Posted: 2009-10-11

Hello, Milan!

When we arrived in The Cinque Terre on September 14, we knew we would be there for 2-1/2 weeks, but we didn’t have any plans beyond October 1.  After a lot of discussion about our budget and the “real world,” we decided that it was time to head back to the U.S.  (Sniff, sniff.)  We weren’t ready to fly back immediately, though, and we also needed to change our plane tickets.  Was there any place we wanted to go spend some time as a last hurrah?  Well, 2 years ago we travelled around northern Italy and hit most of our “must-see” places.  However, we hadn’t been to Milan or the lakes to the north.  Bingo!  Now we are in Milan for 2 weeks, sightseeing and shopping, and then we are headed to Lake Como for 3 nights before saying good-bye to Europe.

We are staying in a loft in the northeast part of Milan.  We looked into staying closer to the city center, but we are saving a few hundred euros in rent by being a bit removed.  We had a great experience in Lisbon when we stayed in a real neighborhood instead of being in the tourist area.  Our current neighborhood, though, is not that great, and we would probably stay closer to the city center in the future.  Milan does have an excellent public transportation system, so we have been using trams and the subway to get around the city.

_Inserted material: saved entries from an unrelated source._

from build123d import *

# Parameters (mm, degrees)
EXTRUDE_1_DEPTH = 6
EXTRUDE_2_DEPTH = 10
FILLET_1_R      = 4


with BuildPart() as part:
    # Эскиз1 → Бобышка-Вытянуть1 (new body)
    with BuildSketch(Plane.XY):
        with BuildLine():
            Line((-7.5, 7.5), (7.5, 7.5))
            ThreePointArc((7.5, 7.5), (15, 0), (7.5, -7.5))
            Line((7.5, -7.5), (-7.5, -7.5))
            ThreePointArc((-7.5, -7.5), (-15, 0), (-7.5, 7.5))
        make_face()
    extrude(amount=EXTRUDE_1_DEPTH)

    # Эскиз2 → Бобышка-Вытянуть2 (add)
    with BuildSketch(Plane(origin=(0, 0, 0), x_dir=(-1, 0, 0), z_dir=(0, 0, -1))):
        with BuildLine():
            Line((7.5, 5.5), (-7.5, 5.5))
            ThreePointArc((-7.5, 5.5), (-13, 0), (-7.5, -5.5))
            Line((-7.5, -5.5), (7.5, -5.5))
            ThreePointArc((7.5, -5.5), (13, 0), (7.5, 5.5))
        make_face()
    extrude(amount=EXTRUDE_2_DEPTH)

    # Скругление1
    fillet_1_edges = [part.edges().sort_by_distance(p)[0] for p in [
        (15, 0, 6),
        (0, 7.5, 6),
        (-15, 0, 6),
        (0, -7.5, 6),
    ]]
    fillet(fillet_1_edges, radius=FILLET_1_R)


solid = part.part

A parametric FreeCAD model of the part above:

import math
import FreeCAD as App
import Part
import Sketcher
from FreeCAD import Vector
Q = App.Units.Quantity


def edges_at(feature, points):
    """Names of the edges that pass closest to the given points."""
    edges = feature.Shape.Edges
    near = lambda p: min(range(len(edges)), key=lambda i: edges[i].distToShape(Part.Vertex(*p))[0])
    return sorted({f"Edge{near(p) + 1}" for p in points})

doc = App.newDocument("Part")
body = doc.addObject("PartDesign::Body", "Body")

# Sketch on XY plane
sketch1 = body.newObject("Sketcher::SketchObject", "Sketch")
sketch1.AttachmentSupport = (doc.getObject("XY_Plane"), [""])
sketch1.MapMode = "FlatFace"
sketch1.addGeometry(Part.LineSegment(Vector(8, 8, 0), Vector(-8, 8, 0)), False)
sketch1.addGeometry(Part.ArcOfCircle(Part.Circle(Vector(-8, 0, 0), Vector(0, 0, 1), 8), math.radians(90), math.radians(270)), False)
sketch1.addGeometry(Part.LineSegment(Vector(-8, -8, 0), Vector(8, -8, 0)), False)
sketch1.addGeometry(Part.ArcOfCircle(Part.Circle(Vector(8, 0, 0), Vector(0, 0, 1), 8), math.radians(-90), math.radians(90)), False)
sketch1.addConstraint(Sketcher.Constraint("Tangent", 0, 2, 1, 1))
sketch1.addConstraint(Sketcher.Constraint("Tangent", 1, 2, 2, 1))
sketch1.addConstraint(Sketcher.Constraint("Tangent", 2, 2, 3, 1))
sketch1.addConstraint(Sketcher.Constraint("Tangent", 3, 2, 0, 1))
sketch1.addConstraint(Sketcher.Constraint("Horizontal", 0))
sketch1.addConstraint(Sketcher.Constraint("Horizontal", 2))
sketch1.addConstraint(Sketcher.Constraint("Symmetric", 1, 3, 3, 3, -1, 1))
sketch1.addConstraint(Sketcher.Constraint("Radius", 1, Q("7.5 mm")))
sketch1.addConstraint(Sketcher.Constraint("DistanceX", 0, 2, 0, 1, Q("15 mm")))
pad1 = body.newObject("PartDesign::Pad", "Pad")
pad1.Profile = sketch1
pad1.Length = 6

# Sketch on XY plane
sketch2 = body.newObject("Sketcher::SketchObject", "Sketch001")
sketch2.AttachmentSupport = (doc.getObject("XY_Plane"), [""])
sketch2.MapMode = "FlatFace"
sketch2.addGeometry(Part.LineSegment(Vector(-8, 6, 0), Vector(8, 6, 0)), False)
sketch2.addGeometry(Part.ArcOfCircle(Part.Circle(Vector(8, 0, 0), Vector(0, 0, 1), 6), math.radians(-90), math.radians(90)), False)
sketch2.addGeometry(Part.LineSegment(Vector(8, -6, 0), Vector(-8, -6, 0)), False)
sketch2.addGeometry(Part.ArcOfCircle(Part.Circle(Vector(-8, 0, 0), Vector(0, 0, 1), 6), math.radians(90), math.radians(270)), False)
sketch2.addConstraint(Sketcher.Constraint("Tangent", 0, 2, 1, 2))
sketch2.addConstraint(Sketcher.Constraint("Tangent", 1, 1, 2, 1))
sketch2.addConstraint(Sketcher.Constraint("Tangent", 2, 2, 3, 2))
sketch2.addConstraint(Sketcher.Constraint("Tangent", 3, 1, 0, 1))
sketch2.addConstraint(Sketcher.Constraint("Horizontal", 0))
sketch2.addConstraint(Sketcher.Constraint("Horizontal", 2))
sketch2.addConstraint(Sketcher.Constraint("Symmetric", 1, 3, 3, 3, -1, 1))
sketch2.addConstraint(Sketcher.Constraint("Radius", 1, Q("5.5 mm")))
sketch2.addConstraint(Sketcher.Constraint("DistanceX", 0, 1, 0, 2, Q("15 mm")))
pad2 = body.newObject("PartDesign::Pad", "Pad001")
pad2.Profile = sketch2
pad2.Length = 10
pad2.Reversed = True
doc.recompute()

fillet = body.newObject("PartDesign::Fillet", "Fillet")
fillet.Base = (pad2, edges_at(pad2, [
    (15, 0, 6),
    (0, 7.5, 6),
    (-15, 0, 6),
    (0, -7.5, 6),
]))
fillet.Radius = 4

doc.recompute()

A view of our living room area, the stairs lead up to the sleeping area


The upstairs loft


The kitchen is under the upstairs loft


Me on the tram - you’ll notice that the weather is cool enough that the old blue fleece has reappeared

The Duomo is the main cathedral in Milan.  It is also the largest, and possibly the most ornate, Gothic cathedral in the world.  Construction started in 1386 and was completed in 1813.  It is made of a beautiful, white marble that glows against the sunny, blue sky.  The large plaza in front is alive with people and activity at all hours of the day and night.  The interior is pretty dark, so I didn’t bother to take photos, but its size inside is just as impressive as the exterior.  Hanging above the chancel inside is a large crucifix which contains a very special holy relic, a nail from Christ’s cross.  One of the neat things about this cathedral is that you can go up to the top and walk around the roof - not just a little path around the cupola, but around the whole roof - getting up close and personal with the ornate decoration.


The main fa├žade of the Duomo


Check out the size of the window on the apse of the church - huge! - you can see the little people in front saying, “What church?  No biggie.”


On the roof of the Duomo - apparently, I am concentrating VERY HARD on the architecture


On the roof, looking the other direction


Another roof photo - the diagonal bit is a buttress which supports the roof

The Castello Sforzesco was built by the Visconti family and then expanded by the Sforza family.  (These families ruled over Milan during the 14th and 15th centuries.)  Under Lodovico Sforza, the castle was home to one of the most reknowned courts in Europe during the Renaissance, and court artists included Leonardo da Vinci as well as the architect Bramante.  Today the castle grounds are free and open to the public, and the buildings house city museums.


The castle’s outside wall - it’s hard to get a photo of the castle because it is so huge


The main entry


The largest of the 3 courtyards, just inside the main entry


Here we are in the large courtyard - is it the historical castle, or is it my new blue cardigan sweater in my hands which is making me smile?


Another courtyard

-Julia Abbott

Comment

Bob
2009-10-21

The Duomo makes Gaudi look plain!

I was told once that by Renaissance consideration, only God could make perfection. Hence, the mis-aligned and asymetric windows overlooking the castle's "another courtyard."